Yalnız Allah Bilsin
Büyüklerden bir zat, ahaliden para toplamak istedi, düşmana karşı tedbir almak, bazı mevkileri tamir ve tahkim için… Halk bu parayı vermedi. o büyük zat, bundan mahzun oldu ve ağladı. Geceleyin, yatsı namazından sonra birdenbire bir adam peydahlandı ve o büyük zatın önüne bir kese içinde iki bin akçe bıraktı ve dedi.
– Bu parayı dilediğiniz işe sarfediniz!…
Bu meçhul insan, ebu Amr… O büyük zat parayı kabul ve ona iyi dualar etti.

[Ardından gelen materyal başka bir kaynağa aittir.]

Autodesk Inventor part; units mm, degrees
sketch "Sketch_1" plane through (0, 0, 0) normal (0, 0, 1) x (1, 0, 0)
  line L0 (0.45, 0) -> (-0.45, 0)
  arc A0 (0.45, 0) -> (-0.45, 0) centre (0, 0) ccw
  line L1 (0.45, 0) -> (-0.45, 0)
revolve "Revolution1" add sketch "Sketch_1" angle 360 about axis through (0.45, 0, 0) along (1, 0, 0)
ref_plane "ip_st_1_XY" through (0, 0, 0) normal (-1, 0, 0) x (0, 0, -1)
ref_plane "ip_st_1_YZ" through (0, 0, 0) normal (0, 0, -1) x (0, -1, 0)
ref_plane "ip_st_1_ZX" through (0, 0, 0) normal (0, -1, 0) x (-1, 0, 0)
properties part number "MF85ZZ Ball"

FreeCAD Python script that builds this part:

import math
import FreeCAD as App
import Part
import Sketcher

V = App.Vector
Q = App.Units.Quantity

doc = App.newDocument("Part")
body = doc.addObject("PartDesign::Body", "Body")

sketch1 = body.newObject("Sketcher::SketchObject", "Sketch")
sketch1.AttachmentSupport = (doc.getObject("XY_Plane"), [""])
sketch1.MapMode = "FlatFace"
sketch1.addGeometry([
    Part.LineSegment(V(-0.45, 0, 0), V(0.45, 0, 0)),
    Part.ArcOfCircle(Part.Circle(V(0, 0, 0), V(0, 0, 1), 0.45), math.radians(0), math.radians(180)),
], False)
sketch1.addConstraint([
    Sketcher.Constraint("Coincident", 0, 1, 1, 2),
    Sketcher.Constraint("Coincident", 1, 1, 0, 2),
    Sketcher.Constraint("Horizontal", 0),
    Sketcher.Constraint("Coincident", 1, 3, -1, 1),
    Sketcher.Constraint("PointOnObject", 0, 1, -1),
    Sketcher.Constraint("Radius", 1, Q("0.45 mm")),
])
revolution = body.newObject("PartDesign::Revolution", "Revolution")
revolution.Profile = sketch1
revolution.ReferenceAxis = (sketch1, ["H_Axis"])
revolution.Angle = 360

doc.recompute()
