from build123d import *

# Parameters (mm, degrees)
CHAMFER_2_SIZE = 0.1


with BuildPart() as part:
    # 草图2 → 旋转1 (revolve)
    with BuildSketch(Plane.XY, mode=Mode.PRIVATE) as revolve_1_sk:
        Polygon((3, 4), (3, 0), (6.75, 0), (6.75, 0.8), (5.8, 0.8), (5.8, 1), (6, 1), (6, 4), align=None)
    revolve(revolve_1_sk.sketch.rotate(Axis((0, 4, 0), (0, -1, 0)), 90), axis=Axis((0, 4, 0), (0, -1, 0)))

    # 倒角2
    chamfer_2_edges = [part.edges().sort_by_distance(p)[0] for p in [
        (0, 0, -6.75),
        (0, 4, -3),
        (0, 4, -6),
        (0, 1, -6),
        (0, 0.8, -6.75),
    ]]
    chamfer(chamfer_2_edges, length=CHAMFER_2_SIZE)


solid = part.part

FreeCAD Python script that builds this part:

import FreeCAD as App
import Part
import Sketcher
from FreeCAD import Vector
Q = App.Units.Quantity


def edges_at(feature, points):
    """Names of the edges that pass closest to the given points."""
    edges = feature.Shape.Edges
    near = lambda p: min(range(len(edges)), key=lambda i: edges[i].distToShape(Part.Vertex(*p))[0])
    return sorted({f"Edge{near(p) + 1}" for p in points})

doc = App.newDocument("Part")
body = doc.addObject("PartDesign::Body", "Body")

# Sketch on XY plane
sketch1 = doc.addObject("Sketcher::SketchObject", "Sketch")
body.addObject(sketch1)
sketch1.AttachmentSupport = (doc.XY_Plane, [""])
sketch1.MapMode = "FlatFace"
sketch1.addGeometry([
    Part.LineSegment(Vector(3, 4, 0), Vector(3, 0, 0)),  # 0
    Part.LineSegment(Vector(3, 0, 0), Vector(6.75, 0, 0)),  # 1
    Part.LineSegment(Vector(6.75, 0, 0), Vector(6.75, 0.8, 0)),  # 2
    Part.LineSegment(Vector(6.75, 0.8, 0), Vector(5.8, 0.8, 0)),  # 3
    Part.LineSegment(Vector(5.8, 0.8, 0), Vector(5.8, 1, 0)),  # 4
    Part.LineSegment(Vector(5.8, 1, 0), Vector(6, 1, 0)),  # 5
    Part.LineSegment(Vector(6, 1, 0), Vector(6, 4, 0)),  # 6
    Part.LineSegment(Vector(6, 4, 0), Vector(3, 4, 0)),  # 7
], False)
sketch1.addConstraint([
    Sketcher.Constraint("Coincident", 0, 2, 1, 1),
    Sketcher.Constraint("Coincident", 1, 2, 2, 1),
    Sketcher.Constraint("Coincident", 2, 2, 3, 1),
    Sketcher.Constraint("Coincident", 3, 2, 4, 1),
    Sketcher.Constraint("Coincident", 4, 2, 5, 1),
    Sketcher.Constraint("Coincident", 5, 2, 6, 1),
    Sketcher.Constraint("Coincident", 6, 2, 7, 1),
    Sketcher.Constraint("Coincident", 7, 2, 0, 1),
    Sketcher.Constraint("Vertical", 0),
    Sketcher.Constraint("Horizontal", 1),
    Sketcher.Constraint("Vertical", 2),
    Sketcher.Constraint("Horizontal", 3),
    Sketcher.Constraint("Vertical", 4),
    Sketcher.Constraint("Horizontal", 5),
    Sketcher.Constraint("Vertical", 6),
    Sketcher.Constraint("Horizontal", 7),
    Sketcher.Constraint("PointOnObject", 0, 2, -1),
    Sketcher.Constraint("Equal", 5, 4),
    Sketcher.Constraint("Equal", 7, 6),
    Sketcher.Constraint("DistanceX", 7, 2, 7, 1, Q("3 mm")),
    Sketcher.Constraint("DistanceY", 0, 2, 0, 1, Q("4 mm")),
    Sketcher.Constraint("DistanceX", 5, 1, 5, 2, Q("0.2 mm")),
    Sketcher.Constraint("DistanceX", -1, 1, 0, 2, Q("3 mm")),
    Sketcher.Constraint("DistanceX", 1, 1, 1, 2, Q("3.75 mm")),
])
revolution = doc.addObject("PartDesign::Revolution", "Revolution")
body.addObject(revolution)
revolution.Profile = sketch1
revolution.ReferenceAxis = (sketch1, ["V_Axis"])
revolution.Angle = 360
doc.recompute()

chamfer = doc.addObject("PartDesign::Chamfer", "Chamfer")
body.addObject(chamfer)
chamfer.Base = (revolution, edges_at(revolution, [
    (0, 0, -6.75),
    (0, 4, -3),
    (0, 4, -6),
    (0, 1, -6),
    (0, 0.8, -6.75),
]))
chamfer.Size = 0.1

doc.recompute()
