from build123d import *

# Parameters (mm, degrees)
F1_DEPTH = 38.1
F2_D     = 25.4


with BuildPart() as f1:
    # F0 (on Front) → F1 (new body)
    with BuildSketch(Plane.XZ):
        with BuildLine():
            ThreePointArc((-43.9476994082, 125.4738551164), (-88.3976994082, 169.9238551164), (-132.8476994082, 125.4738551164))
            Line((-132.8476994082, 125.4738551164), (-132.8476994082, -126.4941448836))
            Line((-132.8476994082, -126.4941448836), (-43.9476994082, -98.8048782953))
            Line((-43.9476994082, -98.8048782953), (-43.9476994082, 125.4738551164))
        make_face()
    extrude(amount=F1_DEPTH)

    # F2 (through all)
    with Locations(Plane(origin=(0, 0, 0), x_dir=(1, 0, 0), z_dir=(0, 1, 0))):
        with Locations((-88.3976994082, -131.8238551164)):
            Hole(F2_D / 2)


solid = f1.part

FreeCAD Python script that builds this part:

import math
import FreeCAD as App
import Part
import Sketcher
from FreeCAD import Vector
Q = App.Units.Quantity

doc = App.newDocument("Part")
body = doc.addObject("PartDesign::Body", "Body")

# Sketch on XZ plane
sketch1 = body.newObject("Sketcher::SketchObject", "Sketch")
sketch1.AttachmentSupport = (doc.getObject("XZ_Plane"), [""])
sketch1.MapMode = "FlatFace"
sketch1.addGeometry([
    Part.ArcOfCircle(Part.Circle(Vector(-88.397699, 125.473855, 0), Vector(0, 0, 1), 44.45), math.radians(0), math.radians(180)),
    Part.LineSegment(Vector(-132.847699, 125.473855, 0), Vector(-132.847699, -126.494145, 0)),
    Part.LineSegment(Vector(-132.847699, -126.494145, 0), Vector(-43.947699, -98.804878, 0)),
    Part.LineSegment(Vector(-43.947699, -98.804878, 0), Vector(-43.947699, 125.473855, 0)),
], False)
sketch1.addConstraint([
    Sketcher.Constraint("Tangent", 0, 2, 1, 1),
    Sketcher.Constraint("Coincident", 1, 2, 2, 1),
    Sketcher.Constraint("Coincident", 2, 2, 3, 1),
    Sketcher.Constraint("Tangent", 3, 2, 0, 1),
    Sketcher.Constraint("Vertical", 1),
    Sketcher.Constraint("Vertical", 3),
    Sketcher.Constraint("Radius", 0, Q("1.75 in")),
    Sketcher.Constraint("DistanceY", 1, 2, 1, 1, Q("9.92 in")),
    Sketcher.Constraint("Angle", 2, Q("17.3 deg")),
    Sketcher.Constraint("DistanceX", 0, 3, -1, 1, 88.397699),
    Sketcher.Constraint("DistanceY", 2, 2, -1, 1, 98.804878),
])
pad1 = body.newObject("PartDesign::Pad", "Pad")
pad1.Profile = sketch1
pad1.Length = Q("1.5 in")

# Sketch on XZ plane
sketch2 = body.newObject("Sketcher::SketchObject", "Sketch001")
sketch2.AttachmentSupport = (doc.getObject("XZ_Plane"), [""])
sketch2.MapMode = "FlatFace"
sketch2.addGeometry(Part.Circle(Vector(-88.397699, 131.823855, 0), Vector(0, 0, 1), 12.7), False)
sketch2.addConstraint([
    Sketcher.Constraint("Diameter", 0, Q("1 in")),
    Sketcher.Constraint("DistanceX", 0, 3, -1, 1, 88.397699),
    Sketcher.Constraint("DistanceY", -1, 1, 0, 3, 131.823855),
])
doc.recompute()
hole = body.newObject("PartDesign::Hole", "Hole")
hole.Profile = sketch2
hole.ThreadType = "None"
hole.Diameter = Q("1 in")
hole.DepthType = "ThroughAll"
hole.Reversed = True

doc.recompute()
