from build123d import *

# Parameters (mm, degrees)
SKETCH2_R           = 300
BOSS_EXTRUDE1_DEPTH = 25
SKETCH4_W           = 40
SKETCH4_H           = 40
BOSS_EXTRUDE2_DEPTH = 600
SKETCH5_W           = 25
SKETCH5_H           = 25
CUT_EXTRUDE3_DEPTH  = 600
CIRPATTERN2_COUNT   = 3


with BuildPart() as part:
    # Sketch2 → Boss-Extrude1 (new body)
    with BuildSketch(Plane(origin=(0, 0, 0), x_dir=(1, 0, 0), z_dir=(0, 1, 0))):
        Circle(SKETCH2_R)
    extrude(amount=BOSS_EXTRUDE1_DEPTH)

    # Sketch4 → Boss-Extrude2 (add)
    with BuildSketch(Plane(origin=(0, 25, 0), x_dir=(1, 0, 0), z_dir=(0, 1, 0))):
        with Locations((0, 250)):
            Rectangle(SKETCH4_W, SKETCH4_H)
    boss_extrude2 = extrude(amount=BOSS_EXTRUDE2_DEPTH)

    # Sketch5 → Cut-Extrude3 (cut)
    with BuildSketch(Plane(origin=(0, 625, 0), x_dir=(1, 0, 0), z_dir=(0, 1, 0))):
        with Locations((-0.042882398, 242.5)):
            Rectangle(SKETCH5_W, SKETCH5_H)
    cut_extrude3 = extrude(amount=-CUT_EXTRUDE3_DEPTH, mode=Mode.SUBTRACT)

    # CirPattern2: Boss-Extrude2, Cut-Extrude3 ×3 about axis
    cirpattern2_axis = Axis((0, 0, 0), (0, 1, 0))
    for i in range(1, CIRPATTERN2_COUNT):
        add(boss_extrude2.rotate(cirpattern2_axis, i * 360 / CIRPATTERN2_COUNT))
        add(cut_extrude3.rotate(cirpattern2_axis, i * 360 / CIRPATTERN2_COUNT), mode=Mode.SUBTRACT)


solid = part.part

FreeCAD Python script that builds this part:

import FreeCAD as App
import Part
import Sketcher

V = App.Vector


def add_polygon(sketch, points):
    """Adds a closed chain of lines whose ends are joined by coincident constraints."""
    first, n = sketch.GeometryCount, len(points)
    for a, b in zip(points, points[1:] + points[:1]):
        sketch.addGeometry(Part.LineSegment(App.Vector(*a, 0), App.Vector(*b, 0)), False)
    for i in range(n):
        sketch.addConstraint(Sketcher.Constraint("Coincident", first + i, 2, first + (i + 1) % n, 1))

doc = App.newDocument("Part")
body = doc.addObject("PartDesign::Body", "Body")

sketch1 = body.newObject("Sketcher::SketchObject", "Sketch")
sketch1.AttachmentSupport = (doc.getObject("XZ_Plane"), [""])
sketch1.MapMode = "FlatFace"
sketch1.addGeometry(Part.Circle(V(0, 0, 0), V(0, 0, 1), 300), False)
sketch1.addConstraint(Sketcher.Constraint("Coincident", 0, 3, -1, 1))
sketch1.addConstraint(Sketcher.Constraint("Diameter", 0, 600.0))
pad1 = body.newObject("PartDesign::Pad", "Pad")
pad1.Profile = sketch1
pad1.Length = 25
pad1.Reversed = True

sketch2 = body.newObject("Sketcher::SketchObject", "Sketch001")
sketch2.AttachmentSupport = (doc.getObject("XZ_Plane"), [""])
sketch2.MapMode = "FlatFace"
sketch2.AttachmentOffset = App.Placement(V(0, 0, -25), App.Rotation())
add_polygon(sketch2, [(-20, -270), (-20, -230), (20, -230), (20, -270)])
sketch2.addConstraint(Sketcher.Constraint("Vertical", 0))
sketch2.addConstraint(Sketcher.Constraint("Horizontal", 1))
sketch2.addConstraint(Sketcher.Constraint("Vertical", 2))
sketch2.addConstraint(Sketcher.Constraint("Horizontal", 3))
sketch2.addConstraint(Sketcher.Constraint("Equal", 3, 0))
sketch2.addConstraint(Sketcher.Constraint("DistanceX", 1, 1, 1, 2, 40.0))
sketch2.addConstraint(Sketcher.Constraint("DistanceX", 0, 2, -1, 1, 20.0))
sketch2.addConstraint(Sketcher.Constraint("DistanceY", 0, 2, -1, 1, 230.0))
pad2 = body.newObject("PartDesign::Pad", "Pad001")
pad2.Profile = sketch2
pad2.Length = 600
pad2.Reversed = True

sketch3 = body.newObject("Sketcher::SketchObject", "Sketch002")
sketch3.AttachmentSupport = (doc.getObject("XZ_Plane"), [""])
sketch3.MapMode = "FlatFace"
sketch3.AttachmentOffset = App.Placement(V(0, 0, -625), App.Rotation())
add_polygon(sketch3, [(-13, -255), (-13, -230), (12, -230), (12, -255)])
sketch3.addConstraint(Sketcher.Constraint("Vertical", 0))
sketch3.addConstraint(Sketcher.Constraint("Horizontal", 1))
sketch3.addConstraint(Sketcher.Constraint("Vertical", 2))
sketch3.addConstraint(Sketcher.Constraint("Horizontal", 3))
sketch3.addConstraint(Sketcher.Constraint("Equal", 3, 0))
sketch3.addConstraint(Sketcher.Constraint("DistanceX", 1, 1, 1, 2, 25.0))
sketch3.addConstraint(Sketcher.Constraint("DistanceY", 0, 2, -1, 1, 230.0))
sketch3.addConstraint(Sketcher.Constraint("DistanceX", 0, 2, -1, 1, 12.542882))
pocket1 = body.newObject("PartDesign::Pocket", "Pocket")
pocket1.Profile = sketch3
pocket1.Length = 600
pocket1.Reversed = True
doc.recompute()

polarpattern = body.newObject("PartDesign::PolarPattern", "PolarPattern")
polarpattern.Originals = [pad2, pocket1]
polarpattern.Axis = (doc.getObject("Y_Axis"), [""])
polarpattern.Angle = 360
polarpattern.Occurrences = 3
body.Tip = polarpattern

doc.recompute()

Sabahleyin o büyük zat, dostlarından ve yakınlarından ibaret bir kjalabalık topladı, keseyi meydana çıkardı ve sevinç içinde:
– Biz, dedi; Ebu Amr hakkında çok ümide düştük. dün gece bana, müslümanların kendilerini düşmana karşı müdafaa etmeleri için iki bin akçe getirdi. Allah iyiliğin karşılığını versin.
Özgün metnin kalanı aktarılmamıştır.